(Beginning of Task input)

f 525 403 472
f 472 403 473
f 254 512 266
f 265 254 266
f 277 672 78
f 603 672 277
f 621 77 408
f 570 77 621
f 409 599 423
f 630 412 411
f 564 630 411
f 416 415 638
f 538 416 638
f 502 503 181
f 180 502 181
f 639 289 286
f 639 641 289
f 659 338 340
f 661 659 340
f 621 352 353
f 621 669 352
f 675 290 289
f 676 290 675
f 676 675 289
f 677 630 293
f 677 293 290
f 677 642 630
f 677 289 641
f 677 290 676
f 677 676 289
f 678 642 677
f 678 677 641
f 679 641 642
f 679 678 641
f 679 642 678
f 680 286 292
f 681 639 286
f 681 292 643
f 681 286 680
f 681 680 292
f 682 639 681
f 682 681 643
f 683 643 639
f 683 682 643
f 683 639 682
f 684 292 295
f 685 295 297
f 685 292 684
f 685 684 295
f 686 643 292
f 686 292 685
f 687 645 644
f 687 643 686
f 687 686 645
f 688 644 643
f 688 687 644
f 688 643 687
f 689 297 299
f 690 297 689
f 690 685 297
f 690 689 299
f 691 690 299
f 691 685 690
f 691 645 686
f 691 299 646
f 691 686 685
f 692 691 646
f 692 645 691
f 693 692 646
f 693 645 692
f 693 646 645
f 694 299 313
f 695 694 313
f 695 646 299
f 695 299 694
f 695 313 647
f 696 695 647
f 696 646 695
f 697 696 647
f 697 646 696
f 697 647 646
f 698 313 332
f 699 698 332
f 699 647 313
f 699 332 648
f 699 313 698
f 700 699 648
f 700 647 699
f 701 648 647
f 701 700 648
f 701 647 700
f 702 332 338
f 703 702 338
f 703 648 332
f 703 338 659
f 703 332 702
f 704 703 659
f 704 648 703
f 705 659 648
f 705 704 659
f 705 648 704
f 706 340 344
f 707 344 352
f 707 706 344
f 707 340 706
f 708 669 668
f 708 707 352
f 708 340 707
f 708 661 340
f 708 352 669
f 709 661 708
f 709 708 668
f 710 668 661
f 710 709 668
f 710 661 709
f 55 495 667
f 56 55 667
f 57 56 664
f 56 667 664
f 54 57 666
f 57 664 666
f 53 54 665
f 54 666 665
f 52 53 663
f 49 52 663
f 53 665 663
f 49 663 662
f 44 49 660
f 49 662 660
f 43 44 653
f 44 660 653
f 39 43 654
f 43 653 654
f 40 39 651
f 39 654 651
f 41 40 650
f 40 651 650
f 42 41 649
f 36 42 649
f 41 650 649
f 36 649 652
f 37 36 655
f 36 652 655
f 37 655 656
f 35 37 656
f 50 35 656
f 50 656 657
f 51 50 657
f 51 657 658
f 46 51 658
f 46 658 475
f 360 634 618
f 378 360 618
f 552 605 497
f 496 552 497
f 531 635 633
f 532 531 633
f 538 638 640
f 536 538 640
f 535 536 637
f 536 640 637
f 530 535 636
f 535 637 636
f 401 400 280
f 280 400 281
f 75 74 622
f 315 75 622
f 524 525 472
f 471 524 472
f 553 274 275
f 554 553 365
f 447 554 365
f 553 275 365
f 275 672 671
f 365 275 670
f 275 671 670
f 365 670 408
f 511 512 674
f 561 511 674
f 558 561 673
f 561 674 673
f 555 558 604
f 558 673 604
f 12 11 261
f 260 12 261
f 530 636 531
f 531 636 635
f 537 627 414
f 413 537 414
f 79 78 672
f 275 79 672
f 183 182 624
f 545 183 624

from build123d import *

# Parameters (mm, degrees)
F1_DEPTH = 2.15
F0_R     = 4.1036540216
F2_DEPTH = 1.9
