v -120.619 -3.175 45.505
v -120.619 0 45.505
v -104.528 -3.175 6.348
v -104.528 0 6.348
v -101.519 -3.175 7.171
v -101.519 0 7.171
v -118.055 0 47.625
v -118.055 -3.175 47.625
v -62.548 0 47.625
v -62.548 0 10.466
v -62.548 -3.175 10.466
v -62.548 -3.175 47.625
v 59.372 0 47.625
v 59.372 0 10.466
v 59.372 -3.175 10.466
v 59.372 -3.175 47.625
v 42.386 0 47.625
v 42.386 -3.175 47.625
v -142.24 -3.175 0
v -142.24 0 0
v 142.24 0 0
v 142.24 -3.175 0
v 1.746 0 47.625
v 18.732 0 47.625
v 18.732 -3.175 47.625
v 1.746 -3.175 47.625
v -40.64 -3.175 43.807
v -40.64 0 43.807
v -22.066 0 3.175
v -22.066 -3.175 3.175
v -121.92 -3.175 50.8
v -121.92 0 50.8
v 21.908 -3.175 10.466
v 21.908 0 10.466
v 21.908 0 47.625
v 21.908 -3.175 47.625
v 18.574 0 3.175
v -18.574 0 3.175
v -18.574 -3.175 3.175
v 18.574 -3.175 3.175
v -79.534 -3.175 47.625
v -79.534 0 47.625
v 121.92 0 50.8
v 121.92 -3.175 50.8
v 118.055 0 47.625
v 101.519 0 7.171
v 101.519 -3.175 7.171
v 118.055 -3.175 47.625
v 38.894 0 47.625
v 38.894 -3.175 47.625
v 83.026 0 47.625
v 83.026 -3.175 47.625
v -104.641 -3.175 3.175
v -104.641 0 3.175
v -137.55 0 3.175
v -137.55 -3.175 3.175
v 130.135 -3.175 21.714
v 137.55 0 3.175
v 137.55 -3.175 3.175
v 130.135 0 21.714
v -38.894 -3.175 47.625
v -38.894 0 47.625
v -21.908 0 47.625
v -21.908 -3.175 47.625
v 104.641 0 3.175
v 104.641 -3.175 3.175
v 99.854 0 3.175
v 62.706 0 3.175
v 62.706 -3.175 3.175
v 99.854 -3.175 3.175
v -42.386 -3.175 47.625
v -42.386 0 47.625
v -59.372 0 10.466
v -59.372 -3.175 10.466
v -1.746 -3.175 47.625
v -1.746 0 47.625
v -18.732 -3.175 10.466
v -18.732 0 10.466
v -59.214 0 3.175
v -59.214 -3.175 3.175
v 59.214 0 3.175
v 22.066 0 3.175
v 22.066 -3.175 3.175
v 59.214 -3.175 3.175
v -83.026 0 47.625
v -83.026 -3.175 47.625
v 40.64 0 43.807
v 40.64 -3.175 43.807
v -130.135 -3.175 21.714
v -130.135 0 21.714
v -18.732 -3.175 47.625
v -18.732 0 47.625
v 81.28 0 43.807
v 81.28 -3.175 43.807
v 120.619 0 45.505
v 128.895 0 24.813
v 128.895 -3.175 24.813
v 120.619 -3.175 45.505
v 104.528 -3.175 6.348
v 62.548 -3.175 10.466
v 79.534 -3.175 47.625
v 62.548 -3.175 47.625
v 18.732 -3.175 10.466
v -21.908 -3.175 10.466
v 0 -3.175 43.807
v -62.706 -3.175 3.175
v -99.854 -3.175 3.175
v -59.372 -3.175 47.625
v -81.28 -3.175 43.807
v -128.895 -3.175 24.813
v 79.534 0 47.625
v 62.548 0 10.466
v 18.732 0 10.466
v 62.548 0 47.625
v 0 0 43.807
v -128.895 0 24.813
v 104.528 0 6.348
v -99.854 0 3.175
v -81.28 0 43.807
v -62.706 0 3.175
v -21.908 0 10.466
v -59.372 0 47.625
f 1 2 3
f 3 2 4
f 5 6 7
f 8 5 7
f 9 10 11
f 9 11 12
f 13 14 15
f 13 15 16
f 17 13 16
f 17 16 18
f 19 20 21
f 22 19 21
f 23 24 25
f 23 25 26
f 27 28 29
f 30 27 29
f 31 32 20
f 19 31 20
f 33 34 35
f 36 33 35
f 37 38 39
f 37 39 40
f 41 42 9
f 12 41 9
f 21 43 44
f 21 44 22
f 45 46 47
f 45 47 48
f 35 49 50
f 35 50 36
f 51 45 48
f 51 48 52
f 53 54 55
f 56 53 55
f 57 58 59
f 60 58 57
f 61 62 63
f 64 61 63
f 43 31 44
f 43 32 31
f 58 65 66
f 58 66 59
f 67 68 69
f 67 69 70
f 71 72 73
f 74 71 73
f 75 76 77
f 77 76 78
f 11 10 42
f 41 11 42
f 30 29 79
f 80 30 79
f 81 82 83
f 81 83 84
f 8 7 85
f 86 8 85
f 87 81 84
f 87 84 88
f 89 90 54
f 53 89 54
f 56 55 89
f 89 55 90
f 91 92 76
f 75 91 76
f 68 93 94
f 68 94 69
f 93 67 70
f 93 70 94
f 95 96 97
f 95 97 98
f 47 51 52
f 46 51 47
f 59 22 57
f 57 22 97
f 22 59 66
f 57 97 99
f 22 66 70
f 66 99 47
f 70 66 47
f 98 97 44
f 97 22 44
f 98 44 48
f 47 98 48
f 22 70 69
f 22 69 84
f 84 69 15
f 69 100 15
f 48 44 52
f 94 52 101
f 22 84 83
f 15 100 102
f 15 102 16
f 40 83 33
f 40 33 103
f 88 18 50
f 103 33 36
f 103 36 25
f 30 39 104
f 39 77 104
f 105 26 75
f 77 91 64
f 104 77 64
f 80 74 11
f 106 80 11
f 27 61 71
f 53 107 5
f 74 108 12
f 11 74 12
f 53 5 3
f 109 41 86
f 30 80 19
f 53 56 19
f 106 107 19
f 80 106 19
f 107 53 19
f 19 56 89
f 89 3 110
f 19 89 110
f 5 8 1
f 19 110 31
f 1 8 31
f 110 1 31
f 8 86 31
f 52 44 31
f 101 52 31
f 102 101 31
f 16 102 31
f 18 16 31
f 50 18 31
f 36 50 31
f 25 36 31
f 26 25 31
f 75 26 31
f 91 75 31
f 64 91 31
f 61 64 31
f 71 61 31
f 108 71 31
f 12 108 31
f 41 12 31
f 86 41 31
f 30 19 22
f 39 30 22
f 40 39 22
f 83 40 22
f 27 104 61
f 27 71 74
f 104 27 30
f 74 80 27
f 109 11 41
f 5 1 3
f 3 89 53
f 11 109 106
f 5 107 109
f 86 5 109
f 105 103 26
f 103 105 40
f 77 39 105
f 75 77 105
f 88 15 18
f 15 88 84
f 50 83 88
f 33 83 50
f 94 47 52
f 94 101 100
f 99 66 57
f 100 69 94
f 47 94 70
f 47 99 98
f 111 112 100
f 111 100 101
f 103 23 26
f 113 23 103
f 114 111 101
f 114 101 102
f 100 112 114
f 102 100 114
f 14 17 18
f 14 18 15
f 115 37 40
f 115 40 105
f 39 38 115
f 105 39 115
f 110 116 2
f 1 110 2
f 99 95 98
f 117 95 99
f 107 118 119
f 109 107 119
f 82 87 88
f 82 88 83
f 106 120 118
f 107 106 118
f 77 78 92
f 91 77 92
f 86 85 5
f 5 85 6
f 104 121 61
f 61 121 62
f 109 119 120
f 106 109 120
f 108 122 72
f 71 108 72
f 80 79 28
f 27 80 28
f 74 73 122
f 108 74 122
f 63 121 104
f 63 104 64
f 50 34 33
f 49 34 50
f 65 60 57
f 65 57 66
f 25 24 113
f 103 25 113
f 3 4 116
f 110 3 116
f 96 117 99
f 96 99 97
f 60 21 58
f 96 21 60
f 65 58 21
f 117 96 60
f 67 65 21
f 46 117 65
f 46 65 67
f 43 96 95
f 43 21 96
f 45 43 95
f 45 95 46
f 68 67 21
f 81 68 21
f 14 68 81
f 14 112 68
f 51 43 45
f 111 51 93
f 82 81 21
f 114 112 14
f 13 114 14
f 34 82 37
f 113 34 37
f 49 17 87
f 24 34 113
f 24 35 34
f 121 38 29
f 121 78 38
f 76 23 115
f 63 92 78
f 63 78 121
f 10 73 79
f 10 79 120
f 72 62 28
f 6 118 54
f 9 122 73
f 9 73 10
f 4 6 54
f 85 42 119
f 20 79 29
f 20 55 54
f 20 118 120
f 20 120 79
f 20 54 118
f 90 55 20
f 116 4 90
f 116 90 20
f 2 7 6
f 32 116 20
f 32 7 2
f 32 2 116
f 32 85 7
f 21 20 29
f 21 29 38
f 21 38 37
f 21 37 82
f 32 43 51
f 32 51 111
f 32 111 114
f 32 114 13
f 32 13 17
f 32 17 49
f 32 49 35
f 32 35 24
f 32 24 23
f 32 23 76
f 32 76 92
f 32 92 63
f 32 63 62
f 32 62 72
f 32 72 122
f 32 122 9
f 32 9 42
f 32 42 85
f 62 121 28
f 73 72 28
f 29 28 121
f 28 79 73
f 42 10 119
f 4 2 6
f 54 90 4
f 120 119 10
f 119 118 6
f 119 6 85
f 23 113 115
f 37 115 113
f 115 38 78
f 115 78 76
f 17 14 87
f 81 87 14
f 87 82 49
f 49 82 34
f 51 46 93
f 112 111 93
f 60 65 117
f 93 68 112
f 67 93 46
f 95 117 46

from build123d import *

# Parameters (mm, degrees)
F1_DEPTH = 3.175
F3_W     = 3.175
F3_H     = 50.8
F4_DEPTH = 3.175
F6_DEPTH = 3.175


# Not quite as in the source:
# - a length typed as a fraction of an inch, garbled in the dataset ("3 / 203.2 mm" for 3/8 in), is restored


with BuildPart() as f1:
    # F0 (on Front) → F1 (new body)
    with BuildSketch(Plane.XZ):
        Polygon((-100.2748559753, 0), (0, 0), (0, 3.175), (-18.5744864726, 3.175), (0, 43.8066891587), (0, 47.625), (0, 50.8), (-121.92, 50.8), (-132.0796890642, 25.4007773395), (-140.97, 3.175), (-142.24, 0), align=None)
        Polygon((-104.6410501003, 3.175), (-137.5504203475, 3.175), (-130.1349730994, 21.7136181201), align=None, mode=Mode.SUBTRACT)
        Polygon((-62.7055135274, 3.175), (-99.8544864726, 3.175), (-81.28, 43.8066891587), align=None, mode=Mode.SUBTRACT)
        Polygon((-40.64, 43.8066891587), (-22.0655135274, 3.175), (-59.2144864726, 3.175), align=None, mode=Mode.SUBTRACT)
        Polygon((-128.8950878765, 24.8133311775), (-120.6186164373, 45.5045097755), (-104.527521639, 6.3479696325), align=None, mode=Mode.SUBTRACT)
        Polygon((-101.5186177981, 7.1713344078), (-118.0554031391, 47.625), (-83.0255135274, 47.625), align=None, mode=Mode.SUBTRACT)
        Polygon((-60.96, 6.9933108413), (-79.5344864726, 47.625), (-42.3855135274, 47.625), align=None, mode=Mode.SUBTRACT)
        Polygon((-38.8944864726, 47.625), (-1.7455135274, 47.625), (-20.32, 6.9933108413), align=None, mode=Mode.SUBTRACT)
    extrude(amount=F1_DEPTH)

    # F2: F1 across face


with BuildPart() as f1_1:
    add(f1.part)
    add(f1.part.mirror(Plane(origin=(0, -1.5875, 47.3033445794), x_dir=(0, 1, 0), z_dir=(1, 0, 0))))

    # F3 (on Front) → F4 (join)
    with BuildSketch(Plane.XZ):
        with Locations((-60.96, 25.4)):
            Rectangle(F3_W, F3_H)
        with Locations((-20.32, 25.4)):
            Rectangle(F3_W, F3_H)
        with Locations((60.96, 25.4)):
            Rectangle(F3_W, F3_H)
        Polygon((22.0655135274, 0), (21.9075, 6.9933108413), (21.9075, 50.8), (18.7325, 50.8), (18.7325, 0), align=None)
    extrude(amount=F4_DEPTH)


with BuildPart() as f6:
    # F5 (on Front) → F6 (new body)
    with BuildSketch(Plane.XZ):
        Polygon((14.0807485003, -20.7951998672), (-43.0692514997, -20.7951998672), (-43.0692514997, -23.9701998672), (-39.8942514997, -23.9701998672), (-39.8942514997, -27.1451998672), (10.9057485003, -27.1451998672), (10.9057485003, -23.9701998672), (14.0807485003, -23.9701998672), align=None)
    extrude(amount=F6_DEPTH)


solid = f1_1.part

(End of Task input)

Exercise directions:
Take the records above and return, word for word, only the lines that fall from the line with "v 118.055 0 47.625" to the line with "v -1.746 -3.175 47.625", both of them included.

Task response:
v 118.055 0 47.625
v 101.519 0 7.171
v 101.519 -3.175 7.171
v 118.055 -3.175 47.625
v 38.894 0 47.625
v 38.894 -3.175 47.625
v 83.026 0 47.625
v 83.026 -3.175 47.625
v -104.641 -3.175 3.175
v -104.641 0 3.175
v -137.55 0 3.175
v -137.55 -3.175 3.175
v 130.135 -3.175 21.714
v 137.55 0 3.175
v 137.55 -3.175 3.175
v 130.135 0 21.714
v -38.894 -3.175 47.625
v -38.894 0 47.625
v -21.908 0 47.625
v -21.908 -3.175 47.625
v 104.641 0 3.175
v 104.641 -3.175 3.175
v 99.854 0 3.175
v 62.706 0 3.175
v 62.706 -3.175 3.175
v 99.854 -3.175 3.175
v -42.386 -3.175 47.625
v -42.386 0 47.625
v -59.372 0 10.466
v -59.372 -3.175 10.466
v -1.746 -3.175 47.625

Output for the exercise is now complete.